# PROVIDED DATA
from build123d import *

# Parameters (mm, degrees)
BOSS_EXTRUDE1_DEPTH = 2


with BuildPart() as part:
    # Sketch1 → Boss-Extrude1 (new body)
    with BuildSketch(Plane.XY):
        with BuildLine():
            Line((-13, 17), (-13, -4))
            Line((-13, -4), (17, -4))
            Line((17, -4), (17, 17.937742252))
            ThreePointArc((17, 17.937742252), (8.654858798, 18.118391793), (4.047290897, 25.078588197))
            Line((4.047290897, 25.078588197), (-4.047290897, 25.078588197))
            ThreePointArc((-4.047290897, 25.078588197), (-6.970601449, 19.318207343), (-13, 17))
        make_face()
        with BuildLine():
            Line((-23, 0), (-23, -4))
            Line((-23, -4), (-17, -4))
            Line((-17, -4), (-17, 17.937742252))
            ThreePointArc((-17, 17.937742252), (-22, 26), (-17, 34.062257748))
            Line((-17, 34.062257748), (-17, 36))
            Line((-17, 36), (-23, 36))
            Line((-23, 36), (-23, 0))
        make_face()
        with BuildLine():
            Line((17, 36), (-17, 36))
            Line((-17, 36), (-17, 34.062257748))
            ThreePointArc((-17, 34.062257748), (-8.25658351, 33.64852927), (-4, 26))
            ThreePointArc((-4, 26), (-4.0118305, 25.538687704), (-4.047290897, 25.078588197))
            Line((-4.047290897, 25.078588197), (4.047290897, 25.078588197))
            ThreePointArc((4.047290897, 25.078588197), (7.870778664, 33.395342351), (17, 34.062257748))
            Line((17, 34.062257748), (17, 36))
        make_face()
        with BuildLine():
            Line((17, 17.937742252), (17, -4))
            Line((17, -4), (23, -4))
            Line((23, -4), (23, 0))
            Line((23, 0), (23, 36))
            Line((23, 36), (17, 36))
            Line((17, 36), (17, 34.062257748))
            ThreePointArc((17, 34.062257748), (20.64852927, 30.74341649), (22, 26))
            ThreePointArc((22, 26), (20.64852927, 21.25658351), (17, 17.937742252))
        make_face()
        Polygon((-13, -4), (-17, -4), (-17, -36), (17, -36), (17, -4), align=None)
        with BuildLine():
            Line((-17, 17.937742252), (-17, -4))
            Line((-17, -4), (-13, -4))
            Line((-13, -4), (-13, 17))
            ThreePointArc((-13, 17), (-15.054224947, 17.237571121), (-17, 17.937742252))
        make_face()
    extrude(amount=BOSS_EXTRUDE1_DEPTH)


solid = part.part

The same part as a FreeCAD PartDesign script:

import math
import FreeCAD as App
import Part
import Sketcher
from FreeCAD import Vector
Q = App.Units.Quantity

doc = App.newDocument("Part")
params = doc.addObject("Spreadsheet::Sheet", "Params")
for row, (alias, value) in enumerate([
    ("sketch1_radius", "9 mm"),
    ("sketch1_width", "6 mm"),
    ("sketch1_width2", "34 mm"),
    ("sketch1_height", "32 mm"),
    ("sketch1_height2", "40 mm"),
    ("pad1_length", "2 mm"),
], start=1):
    params.set(f"A{row}", alias)
    params.set(f"B{row}", "=" + value)
    params.setAlias(f"B{row}", alias)

body = doc.addObject("PartDesign::Body", "Body")

# Sketch on XY plane
sketch1 = body.newObject("Sketcher::SketchObject", "Sketch")
sketch1.AttachmentSupport = (doc.getObject("XY_Plane"), [""])
sketch1.MapMode = "FlatFace"
sketch1.addGeometry([
    Part.LineSegment(Vector(-23, -4, 0), Vector(-17, -4, 0)),  # 0
    Part.LineSegment(Vector(-17, -4, 0), Vector(-17, -36, 0)),  # 1
    Part.LineSegment(Vector(-17, -36, 0), Vector(17, -36, 0)),  # 2
    Part.LineSegment(Vector(17, -36, 0), Vector(17, -4, 0)),  # 3
    Part.LineSegment(Vector(17, -4, 0), Vector(23, -4, 0)),  # 4
    Part.LineSegment(Vector(23, -4, 0), Vector(23, 36, 0)),  # 5
    Part.LineSegment(Vector(23, 36, 0), Vector(-23, 36, 0)),  # 6
    Part.LineSegment(Vector(-23, 36, 0), Vector(-23, -4, 0)),  # 7
    Part.ArcOfCircle(Part.Circle(Vector(-13, 26, 0), Vector(0, 0, 1), 9), math.radians(-90), math.radians(-6)),  # 8
    Part.ArcOfCircle(Part.Circle(Vector(-13, 26, 0), Vector(0, 0, 1), 9), math.radians(-116), math.radians(-90)),  # 9
    Part.ArcOfCircle(Part.Circle(Vector(-13, 26, 0), Vector(0, 0, 1), 9), math.radians(116), math.radians(244)),  # 10
    Part.ArcOfCircle(Part.Circle(Vector(-13, 26, 0), Vector(0, 0, 1), 9), math.radians(0), math.radians(116)),  # 11
    Part.ArcOfCircle(Part.Circle(Vector(-13, 26, 0), Vector(0, 0, 1), 9), math.radians(-5.88), math.radians(0)),  # 12
    Part.ArcOfCircle(Part.Circle(Vector(13, 26, 0), Vector(0, 0, 1), 9), math.radians(-174), math.radians(-64)),  # 13
    Part.ArcOfCircle(Part.Circle(Vector(13, 26, 0), Vector(0, 0, 1), 9), math.radians(64), math.radians(186)),  # 14
    Part.ArcOfCircle(Part.Circle(Vector(13, 26, 0), Vector(0, 0, 1), 9), math.radians(0), math.radians(64)),  # 15
    Part.ArcOfCircle(Part.Circle(Vector(13, 26, 0), Vector(0, 0, 1), 9), math.radians(-64), math.radians(0)),  # 16
], False)
sketch1.addConstraint([
    Sketcher.Constraint("Coincident", 0, 2, 1, 1),
    Sketcher.Constraint("Coincident", 1, 2, 2, 1),
    Sketcher.Constraint("Coincident", 2, 2, 3, 1),
    Sketcher.Constraint("Coincident", 3, 2, 4, 1),
    Sketcher.Constraint("Coincident", 4, 2, 5, 1),
    Sketcher.Constraint("Coincident", 5, 2, 6, 1),
    Sketcher.Constraint("Coincident", 6, 2, 7, 1),
    Sketcher.Constraint("Coincident", 7, 2, 0, 1),
    Sketcher.Constraint("Tangent", 8, 1, 9, 2),
    Sketcher.Constraint("Tangent", 9, 1, 10, 2),
    Sketcher.Constraint("Tangent", 10, 1, 11, 2),
    Sketcher.Constraint("Tangent", 11, 1, 12, 2),
    Sketcher.Constraint("Tangent", 12, 1, 8, 2),
    Sketcher.Constraint("Tangent", 13, 1, 14, 2),
    Sketcher.Constraint("Tangent", 14, 1, 15, 2),
    Sketcher.Constraint("Tangent", 15, 1, 16, 2),
    Sketcher.Constraint("Tangent", 16, 1, 13, 2),
    Sketcher.Constraint("Horizontal", 0),
    Sketcher.Constraint("Vertical", 1),
    Sketcher.Constraint("Horizontal", 2),
    Sketcher.Constraint("Vertical", 3),
    Sketcher.Constraint("Horizontal", 4),
    Sketcher.Constraint("Vertical", 5),
    Sketcher.Constraint("Horizontal", 6),
    Sketcher.Constraint("Vertical", 7),
    Sketcher.Constraint("Coincident", 10, 3, 8, 3),
    Sketcher.Constraint("Equal", 12, 13),
    Sketcher.Constraint("Equal", 13, 14),
    Sketcher.Constraint("Symmetric", 8, 3, 13, 3, -2),
    Sketcher.Constraint("Symmetric", 0, 2, 3, 2, -2),
    Sketcher.Constraint("Horizontal", 16, 3, 11, 1),
    Sketcher.Constraint("Horizontal", 12, 1, 13, 1),
    Sketcher.Constraint("Horizontal", 10, 1, 14, 1),
    Sketcher.Constraint("Horizontal", 11, 1, 15, 1),
    Sketcher.Constraint("Horizontal", 9, 1, 16, 1),
    Sketcher.Constraint("Vertical", 12, 3, 8, 1),
    Sketcher.Constraint("Vertical", 1, 2, 9, 1),
    Sketcher.Constraint("Vertical", 9, 1, 10, 1),
    Sketcher.Constraint("Equal", 0, 4),
    Sketcher.Constraint("Radius", 8, Q("9 mm")),
    Sketcher.Constraint("DistanceX", 0, 1, 0, 2, Q("6 mm")),
    Sketcher.Constraint("DistanceX", 2, 1, 2, 2, Q("34 mm")),
    Sketcher.Constraint("DistanceY", 1, 2, 1, 1, Q("32 mm")),
    Sketcher.Constraint("DistanceY", 5, 1, 5, 2, Q("40 mm")),
    Sketcher.Constraint("DistanceX", 8, 3, -1, 1, Q("13 mm")),
    Sketcher.Constraint("DistanceY", -1, 1, 8, 3, Q("26 mm")),
    Sketcher.Constraint("DistanceY", 0, 2, -1, 1, Q("4 mm")),
    Sketcher.Constraint("DistanceX", 12, 1, -1, 1, Q("4.047291 mm")),
])
sketch1.setExpression("Constraints[39]", "Params.sketch1_radius")
sketch1.setExpression("Constraints[40]", "Params.sketch1_width")
sketch1.setExpression("Constraints[41]", "Params.sketch1_width2")
sketch1.setExpression("Constraints[42]", "Params.sketch1_height")
sketch1.setExpression("Constraints[43]", "Params.sketch1_height2")
pad1 = body.newObject("PartDesign::Pad", "Pad")
pad1.Profile = sketch1
pad1.setExpression("Length", "Params.pad1_length")

doc.recompute()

# EXERCISE OBJECTIVE
Give the lines again, exactly as they stand, from the beginning of the data through the line with "Line((17, -4), (17, 17.937742252))".

# TASK RESPONSE
from build123d import *

# Parameters (mm, degrees)
BOSS_EXTRUDE1_DEPTH = 2


with BuildPart() as part:
    # Sketch1 → Boss-Extrude1 (new body)
    with BuildSketch(Plane.XY):
        with BuildLine():
            Line((-13, 17), (-13, -4))
            Line((-13, -4), (17, -4))
            Line((17, -4), (17, 17.937742252))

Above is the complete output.